**What you need to do**
Copy the entries exactly, leaving out nothing.

Data items
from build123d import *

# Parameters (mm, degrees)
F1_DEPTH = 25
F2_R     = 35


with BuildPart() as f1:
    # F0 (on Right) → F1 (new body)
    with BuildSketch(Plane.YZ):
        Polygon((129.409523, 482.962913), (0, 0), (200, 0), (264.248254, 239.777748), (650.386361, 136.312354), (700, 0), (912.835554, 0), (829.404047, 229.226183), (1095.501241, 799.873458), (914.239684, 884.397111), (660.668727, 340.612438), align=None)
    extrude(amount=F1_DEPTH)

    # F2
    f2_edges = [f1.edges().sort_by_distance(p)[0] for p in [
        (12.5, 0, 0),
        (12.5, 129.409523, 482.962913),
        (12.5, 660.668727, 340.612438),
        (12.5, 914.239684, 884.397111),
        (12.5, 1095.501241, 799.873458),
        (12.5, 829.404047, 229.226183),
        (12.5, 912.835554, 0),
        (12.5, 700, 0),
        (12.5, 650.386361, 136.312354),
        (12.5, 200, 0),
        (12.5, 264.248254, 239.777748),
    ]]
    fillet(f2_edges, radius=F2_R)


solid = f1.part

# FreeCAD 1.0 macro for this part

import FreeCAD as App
import Part
import Sketcher
Q = App.Units.Quantity


def edges_at(feature, points):
    """Names of the edges that pass closest to the given points."""
    edges = feature.Shape.Edges
    near = lambda p: min(range(len(edges)), key=lambda i: edges[i].distToShape(Part.Vertex(*p))[0])
    return sorted({f"Edge{near(p) + 1}" for p in points})


def add_polygon(sketch, points):
    """Adds a closed chain of lines whose ends are joined by coincident constraints."""
    first, n = sketch.GeometryCount, len(points)
    for a, b in zip(points, points[1:] + points[:1]):
        sketch.addGeometry(Part.LineSegment(App.Vector(*a, 0), App.Vector(*b, 0)), False)
    for i in range(n):
        sketch.addConstraint(Sketcher.Constraint("Coincident", first + i, 2, first + (i + 1) % n, 1))

doc = App.newDocument("Part")
params = doc.addObject("Spreadsheet::Sheet", "Params")
for row, (alias, value) in enumerate([
    ("sketch1_width", "200 mm"),
    ("sketch1_length", "500 mm"),
    ("sketch1_length2", "200 mm"),
    ("sketch1_length3", "600.000001 mm"),
    ("sketch1_length4", "550 mm"),
    ("pad1_length", "25 mm"),
    ("fillet_radius", "35 mm"),
], start=1):
    params.set(f"A{row}", alias)
    params.set(f"B{row}", "=" + value)
    params.setAlias(f"B{row}", alias)

body = doc.addObject("PartDesign::Body", "Body")

sketch1 = doc.addObject("Sketcher::SketchObject", "Sketch")
body.addObject(sketch1)
sketch1.AttachmentSupport = (doc.YZ_Plane, [""])
sketch1.MapMode = "FlatFace"
add_polygon(sketch1, [(129.409523, 482.962913), (0, 0), (200, 0), (264.248254, 239.777748), (650.386361, 136.312354), (700, 0), (912.835554, 0), (829.404047, 229.226183), (1095.501241, 799.873458), (914.239684, 884.397111), (660.668727, 340.612438)])
sketch1.addConstraint(Sketcher.Constraint("Horizontal", 1))
sketch1.addConstraint(Sketcher.Constraint("Horizontal", 5))
sketch1.addConstraint(Sketcher.Constraint("Coincident", 0, 2, -1, 1))
sketch1.addConstraint(Sketcher.Constraint("PointOnObject", 4, 2, -1))
sketch1.addConstraint(Sketcher.Constraint("Parallel", 0, 2))
sketch1.addConstraint(Sketcher.Constraint("Perpendicular", 2, 3))
sketch1.addConstraint(Sketcher.Constraint("Parallel", 4, 6))
sketch1.addConstraint(Sketcher.Constraint("Perpendicular", 7, 8))
sketch1.addConstraint(Sketcher.Constraint("Perpendicular", 8, 9))
sketch1.addConstraint(Sketcher.Constraint("Parallel", 3, 10))
sketch1.addConstraint(Sketcher.Constraint("DistanceX", 1, 1, 1, 2, 200.0))
sketch1.addConstraint(Sketcher.Constraint("Angle", 0, Q("-105 deg")))
sketch1.addConstraint(Sketcher.Constraint("Angle", 4, Q("-70 deg")))
sketch1.addConstraint(Sketcher.Constraint("Angle", 7, Q("65 deg")))
sketch1.addConstraint(Sketcher.Constraint("Distance", 0, 500.0))
sketch1.addConstraint(Sketcher.Constraint("Distance", 8, 200.0))
sketch1.addConstraint(Sketcher.Constraint("Distance", 9, 600.000001))
sketch1.addConstraint(Sketcher.Constraint("Distance", 10, 550.0))
sketch1.addConstraint(Sketcher.Constraint("DistanceX", -1, 1, 4, 2, 700.0))
sketch1.addConstraint(Sketcher.Constraint("DistanceX", 2, 2, 5, 2, 648.5873))
sketch1.addConstraint(Sketcher.Constraint("Distance", 2, 248.236191))
sketch1.setExpression("Constraints[21]", "Params.sketch1_width")
sketch1.setExpression("Constraints[25]", "Params.sketch1_length")
sketch1.setExpression("Constraints[26]", "Params.sketch1_length2")
sketch1.setExpression("Constraints[27]", "Params.sketch1_length3")
sketch1.setExpression("Constraints[28]", "Params.sketch1_length4")
pad1 = doc.addObject("PartDesign::Pad", "Pad")
body.addObject(pad1)
pad1.Profile = sketch1
pad1.setExpression("Length", "Params.pad1_length")
doc.recompute()

fillet = doc.addObject("PartDesign::Fillet", "Fillet")
body.addObject(fillet)
fillet.Base = (pad1, edges_at(pad1, [
    (12.5, 0, 0),
    (12.5, 129.41, 482.963),
    (12.5, 660.669, 340.612),
    (12.5, 914.24, 884.397),
    (12.5, 1095.501, 799.873),
    (12.5, 829.404, 229.226),
    (12.5, 912.836, 0),
    (12.5, 700, 0),
    (12.5, 650.386, 136.312),
    (12.5, 200, 0),
    (12.5, 264.248, 239.778),
]))
fillet.setExpression("Radius", "Params.fillet_radius")

doc.recompute()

**Output for this task**
from build123d import *

# Parameters (mm, degrees)
F1_DEPTH = 25
F2_R     = 35


with BuildPart() as f1:
    # F0 (on Right) → F1 (new body)
    with BuildSketch(Plane.YZ):
        Polygon((129.409523, 482.962913), (0, 0), (200, 0), (264.248254, 239.777748), (650.386361, 136.312354), (700, 0), (912.835554, 0), (829.404047, 229.226183), (1095.501241, 799.873458), (914.239684, 884.397111), (660.668727, 340.612438), align=None)
    extrude(amount=F1_DEPTH)

    # F2
    f2_edges = [f1.edges().sort_by_distance(p)[0] for p in [
        (12.5, 0, 0),
        (12.5, 129.409523, 482.962913),
        (12.5, 660.668727, 340.612438),
        (12.5, 914.239684, 884.397111),
        (12.5, 1095.501241, 799.873458),
        (12.5, 829.404047, 229.226183),
        (12.5, 912.835554, 0),
        (12.5, 700, 0),
        (12.5, 650.386361, 136.312354),
        (12.5, 200, 0),
        (12.5, 264.248254, 239.777748),
    ]]
    fillet(f2_edges, radius=F2_R)


solid = f1.part

# FreeCAD 1.0 macro for this part

import FreeCAD as App
import Part
import Sketcher
Q = App.Units.Quantity


def edges_at(feature, points):
    """Names of the edges that pass closest to the given points."""
    edges = feature.Shape.Edges
    near = lambda p: min(range(len(edges)), key=lambda i: edges[i].distToShape(Part.Vertex(*p))[0])
    return sorted({f"Edge{near(p) + 1}" for p in points})


def add_polygon(sketch, points):
    """Adds a closed chain of lines whose ends are joined by coincident constraints."""
    first, n = sketch.GeometryCount, len(points)
    for a, b in zip(points, points[1:] + points[:1]):
        sketch.addGeometry(Part.LineSegment(App.Vector(*a, 0), App.Vector(*b, 0)), False)
    for i in range(n):
        sketch.addConstraint(Sketcher.Constraint("Coincident", first + i, 2, first + (i + 1) % n, 1))

doc = App.newDocument("Part")
params = doc.addObject("Spreadsheet::Sheet", "Params")
for row, (alias, value) in enumerate([
    ("sketch1_width", "200 mm"),
    ("sketch1_length", "500 mm"),
    ("sketch1_length2", "200 mm"),
    ("sketch1_length3", "600.000001 mm"),
    ("sketch1_length4", "550 mm"),
    ("pad1_length", "25 mm"),
    ("fillet_radius", "35 mm"),
], start=1):
    params.set(f"A{row}", alias)
    params.set(f"B{row}", "=" + value)
    params.setAlias(f"B{row}", alias)

body = doc.addObject("PartDesign::Body", "Body")

sketch1 = doc.addObject("Sketcher::SketchObject", "Sketch")
body.addObject(sketch1)
sketch1.AttachmentSupport = (doc.YZ_Plane, [""])
sketch1.MapMode = "FlatFace"
add_polygon(sketch1, [(129.409523, 482.962913), (0, 0), (200, 0), (264.248254, 239.777748), (650.386361, 136.312354), (700, 0), (912.835554, 0), (829.404047, 229.226183), (1095.501241, 799.873458), (914.239684, 884.397111), (660.668727, 340.612438)])
sketch1.addConstraint(Sketcher.Constraint("Horizontal", 1))
sketch1.addConstraint(Sketcher.Constraint("Horizontal", 5))
sketch1.addConstraint(Sketcher.Constraint("Coincident", 0, 2, -1, 1))
sketch1.addConstraint(Sketcher.Constraint("PointOnObject", 4, 2, -1))
sketch1.addConstraint(Sketcher.Constraint("Parallel", 0, 2))
sketch1.addConstraint(Sketcher.Constraint("Perpendicular", 2, 3))
sketch1.addConstraint(Sketcher.Constraint("Parallel", 4, 6))
sketch1.addConstraint(Sketcher.Constraint("Perpendicular", 7, 8))
sketch1.addConstraint(Sketcher.Constraint("Perpendicular", 8, 9))
sketch1.addConstraint(Sketcher.Constraint("Parallel", 3, 10))
sketch1.addConstraint(Sketcher.Constraint("DistanceX", 1, 1, 1, 2, 200.0))
sketch1.addConstraint(Sketcher.Constraint("Angle", 0, Q("-105 deg")))
sketch1.addConstraint(Sketcher.Constraint("Angle", 4, Q("-70 deg")))
sketch1.addConstraint(Sketcher.Constraint("Angle", 7, Q("65 deg")))
sketch1.addConstraint(Sketcher.Constraint("Distance", 0, 500.0))
sketch1.addConstraint(Sketcher.Constraint("Distance", 8, 200.0))
sketch1.addConstraint(Sketcher.Constraint("Distance", 9, 600.000001))
sketch1.addConstraint(Sketcher.Constraint("Distance", 10, 550.0))
sketch1.addConstraint(Sketcher.Constraint("DistanceX", -1, 1, 4, 2, 700.0))
sketch1.addConstraint(Sketcher.Constraint("DistanceX", 2, 2, 5, 2, 648.5873))
sketch1.addConstraint(Sketcher.Constraint("Distance", 2, 248.236191))
sketch1.setExpression("Constraints[21]", "Params.sketch1_width")
sketch1.setExpression("Constraints[25]", "Params.sketch1_length")
sketch1.setExpression("Constraints[26]", "Params.sketch1_length2")
sketch1.setExpression("Constraints[27]", "Params.sketch1_length3")
sketch1.setExpression("Constraints[28]", "Params.sketch1_length4")
pad1 = doc.addObject("PartDesign::Pad", "Pad")
body.addObject(pad1)
pad1.Profile = sketch1
pad1.setExpression("Length", "Params.pad1_length")
doc.recompute()

fillet = doc.addObject("PartDesign::Fillet", "Fillet")
body.addObject(fillet)
fillet.Base = (pad1, edges_at(pad1, [
    (12.5, 0, 0),
    (12.5, 129.41, 482.963),
    (12.5, 660.669, 340.612),
    (12.5, 914.24, 884.397),
    (12.5, 1095.501, 799.873),
    (12.5, 829.404, 229.226),
    (12.5, 912.836, 0),
    (12.5, 700, 0),
    (12.5, 650.386, 136.312),
    (12.5, 200, 0),
    (12.5, 264.248, 239.778),
]))
fillet.setExpression("Radius", "Params.fillet_radius")

doc.recompute()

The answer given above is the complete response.